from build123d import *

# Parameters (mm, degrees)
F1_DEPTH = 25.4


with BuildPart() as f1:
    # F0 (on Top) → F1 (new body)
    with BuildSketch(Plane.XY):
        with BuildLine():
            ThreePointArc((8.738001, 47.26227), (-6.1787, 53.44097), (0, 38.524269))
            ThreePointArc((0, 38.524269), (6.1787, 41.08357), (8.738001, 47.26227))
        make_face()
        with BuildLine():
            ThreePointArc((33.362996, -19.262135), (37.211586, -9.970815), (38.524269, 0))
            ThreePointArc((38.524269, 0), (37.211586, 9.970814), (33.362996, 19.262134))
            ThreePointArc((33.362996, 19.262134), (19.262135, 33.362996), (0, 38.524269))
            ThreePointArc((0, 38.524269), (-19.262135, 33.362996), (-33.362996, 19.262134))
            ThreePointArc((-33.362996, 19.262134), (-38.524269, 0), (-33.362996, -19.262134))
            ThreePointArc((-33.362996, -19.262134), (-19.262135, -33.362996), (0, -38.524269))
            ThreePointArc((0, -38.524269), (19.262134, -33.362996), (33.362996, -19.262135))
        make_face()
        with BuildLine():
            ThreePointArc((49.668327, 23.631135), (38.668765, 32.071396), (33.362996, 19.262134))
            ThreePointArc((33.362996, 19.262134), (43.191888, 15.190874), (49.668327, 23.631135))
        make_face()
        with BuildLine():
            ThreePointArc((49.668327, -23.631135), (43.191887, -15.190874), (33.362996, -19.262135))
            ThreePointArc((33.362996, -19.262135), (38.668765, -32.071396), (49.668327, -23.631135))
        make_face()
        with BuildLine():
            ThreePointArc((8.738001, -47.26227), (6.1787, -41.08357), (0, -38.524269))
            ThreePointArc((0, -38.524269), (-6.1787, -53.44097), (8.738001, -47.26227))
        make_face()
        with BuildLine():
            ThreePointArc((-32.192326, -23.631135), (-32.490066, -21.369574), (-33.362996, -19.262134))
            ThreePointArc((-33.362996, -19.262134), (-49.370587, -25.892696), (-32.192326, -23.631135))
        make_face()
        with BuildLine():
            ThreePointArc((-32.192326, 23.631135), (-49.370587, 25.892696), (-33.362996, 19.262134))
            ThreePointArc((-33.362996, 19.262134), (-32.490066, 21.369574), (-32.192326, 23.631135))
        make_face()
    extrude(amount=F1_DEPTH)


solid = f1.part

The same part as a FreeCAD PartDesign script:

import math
import FreeCAD as App
import Part
import Sketcher

V = App.Vector
Q = App.Units.Quantity

doc = App.newDocument("Part")
body = doc.addObject("PartDesign::Body", "Body")
body.AllowCompound = True

sketch1 = body.newObject("Sketcher::SketchObject", "Sketch")
sketch1.AttachmentSupport = (doc.getObject("XY_Plane"), [""])
sketch1.MapMode = "FlatFace"
sketch1.addGeometry([
    Part.ArcOfCircle(Part.Circle(V(0, 47.3, 0), V(0, 0, 1), 8.7), math.radians(0), math.radians(270)),
    Part.ArcOfCircle(Part.Circle(V(0, 47.3, 0), V(0, 0, 1), 8.7), math.radians(-90), math.radians(0)),
    Part.ArcOfCircle(Part.Circle(V(0, 0, 0), V(0, 0, 1), 38.5), math.radians(-30), math.radians(0)),
    Part.ArcOfCircle(Part.Circle(V(0, 0, 0), V(0, 0, 1), 38.5), math.radians(0), math.radians(30)),
    Part.ArcOfCircle(Part.Circle(V(0, 0, 0), V(0, 0, 1), 38.5), math.radians(30), math.radians(90)),
    Part.ArcOfCircle(Part.Circle(V(0, 0, 0), V(0, 0, 1), 38.5), math.radians(90), math.radians(150)),
    Part.ArcOfCircle(Part.Circle(V(0, 0, 0), V(0, 0, 1), 38.5), math.radians(150), math.radians(210)),
    Part.ArcOfCircle(Part.Circle(V(0, 0, 0), V(0, 0, 1), 38.5), math.radians(-150), math.radians(-90)),
    Part.ArcOfCircle(Part.Circle(V(0, 0, 0), V(0, 0, 1), 38.5), math.radians(-90), math.radians(-30)),
    Part.ArcOfCircle(Part.Circle(V(40.9, 23.6, 0), V(0, 0, 1), 8.7), math.radians(0), math.radians(210)),
    Part.ArcOfCircle(Part.Circle(V(40.9, 23.6, 0), V(0, 0, 1), 8.7), math.radians(-150), math.radians(0)),
    Part.ArcOfCircle(Part.Circle(V(40.9, -23.6, 0), V(0, 0, 1), 8.7), math.radians(0), math.radians(150)),
    Part.ArcOfCircle(Part.Circle(V(40.9, -23.6, 0), V(0, 0, 1), 8.7), math.radians(150), math.radians(360)),
    Part.ArcOfCircle(Part.Circle(V(0, -47.3, 0), V(0, 0, 1), 8.7), math.radians(0), math.radians(90)),
    Part.ArcOfCircle(Part.Circle(V(0, -47.3, 0), V(0, 0, 1), 8.7), math.radians(90), math.radians(360)),
    Part.ArcOfCircle(Part.Circle(V(-40.9, -23.6, 0), V(0, 0, 1), 8.7), math.radians(0), math.radians(30)),
    Part.ArcOfCircle(Part.Circle(V(-40.9, -23.6, 0), V(0, 0, 1), 8.7), math.radians(30), math.radians(360)),
    Part.ArcOfCircle(Part.Circle(V(-40.9, 23.6, 0), V(0, 0, 1), 8.7), math.radians(0), math.radians(330)),
    Part.ArcOfCircle(Part.Circle(V(-40.9, 23.6, 0), V(0, 0, 1), 8.7), math.radians(-30), math.radians(0)),
], False)
sketch1.addConstraint([
    Sketcher.Constraint("Tangent", 0, 1, 1, 2),
    Sketcher.Constraint("Coincident", 1, 1, 0, 2),
    Sketcher.Constraint("Tangent", 2, 2, 3, 1),
    Sketcher.Constraint("Tangent", 3, 2, 4, 1),
    Sketcher.Constraint("Tangent", 4, 2, 5, 1),
    Sketcher.Constraint("Tangent", 5, 2, 6, 1),
    Sketcher.Constraint("Tangent", 6, 2, 7, 1),
    Sketcher.Constraint("Tangent", 7, 2, 8, 1),
    Sketcher.Constraint("Tangent", 8, 2, 2, 1),
    Sketcher.Constraint("Tangent", 9, 1, 10, 2),
    Sketcher.Constraint("Coincident", 10, 1, 9, 2),
    Sketcher.Constraint("Tangent", 11, 1, 12, 2),
    Sketcher.Constraint("Coincident", 12, 1, 11, 2),
    Sketcher.Constraint("Tangent", 13, 1, 14, 2),
    Sketcher.Constraint("Coincident", 14, 1, 13, 2),
    Sketcher.Constraint("Tangent", 15, 1, 16, 2),
    Sketcher.Constraint("Coincident", 16, 1, 15, 2),
    Sketcher.Constraint("Tangent", 17, 1, 18, 2),
    Sketcher.Constraint("Coincident", 18, 1, 17, 2),
    Sketcher.Constraint("Coincident", 4, 3, -1, 1),
    Sketcher.Constraint("Coincident", 6, 3, -1, 1),
    Sketcher.Constraint("Coincident", 8, 3, -1, 1),
    Sketcher.Constraint("Coincident", 4, 2, 1, 1),
    Sketcher.Constraint("Coincident", 10, 1, 3, 2),
    Sketcher.Constraint("Coincident", 12, 1, 8, 2),
    Sketcher.Constraint("Coincident", 14, 1, 7, 2),
    Sketcher.Constraint("Coincident", 16, 1, 6, 2),
    Sketcher.Constraint("Coincident", 18, 1, 5, 2),
    Sketcher.Constraint("Equal", 1, 9),
    Sketcher.Constraint("Equal", 10, 11),
    Sketcher.Constraint("Equal", 12, 13),
    Sketcher.Constraint("Equal", 14, 15),
    Sketcher.Constraint("Equal", 16, 17),
    Sketcher.Constraint("Symmetric", 9, 1, 11, 1, -1),
    Sketcher.Constraint("Symmetric", 0, 1, 13, 1, -1),
    Sketcher.Constraint("Symmetric", 15, 1, 17, 1, -1),
    Sketcher.Constraint("PointOnObject", 0, 3, -2),
    Sketcher.Constraint("PointOnObject", 1, 1, -2),
    Sketcher.Constraint("PointOnObject", 2, 2, -1),
    Sketcher.Constraint("PointOnObject", 7, 2, -2),
    Sketcher.Constraint("Horizontal", 12, 3, 15, 3),
    Sketcher.Constraint("Horizontal", 1, 3, 0, 1),
    Sketcher.Constraint("Horizontal", 3, 2, 5, 2),
    Sketcher.Constraint("Horizontal", 6, 2, 8, 2),
    Sketcher.Constraint("Horizontal", 18, 3, 9, 1),
    Sketcher.Constraint("Horizontal", 11, 1, 15, 1),
    Sketcher.Constraint("Vertical", 5, 2, 6, 2),
    Sketcher.Constraint("Radius", 0, Q("8.738001 mm")),
    Sketcher.Constraint("Radius", 6, Q("38.52427 mm")),
    Sketcher.Constraint("DistanceY", 3, 2, 10, 3, Q("4.369 mm")),
    Sketcher.Constraint("DistanceX", 15, 3, -1, 1, Q("40.930329 mm")),
])
pad1 = body.newObject("PartDesign::Pad", "Pad")
pad1.Profile = sketch1
pad1.Length = Q("1 in")

doc.recompute()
---------------
**Requirement:**
Starting at the line that has "41.08357), (8.738001, 47.26227))" in the records above, restate word for word every line until the one that has "33.362996), (0, 38.524269))", and include that one as well.

**Output below:**
            ThreePointArc((0, 38.524269), (6.1787, 41.08357), (8.738001, 47.26227))
        make_face()
        with BuildLine():
            ThreePointArc((33.362996, -19.262135), (37.211586, -9.970815), (38.524269, 0))
            ThreePointArc((38.524269, 0), (37.211586, 9.970814), (33.362996, 19.262134))
            ThreePointArc((33.362996, 19.262134), (19.262135, 33.362996), (0, 38.524269))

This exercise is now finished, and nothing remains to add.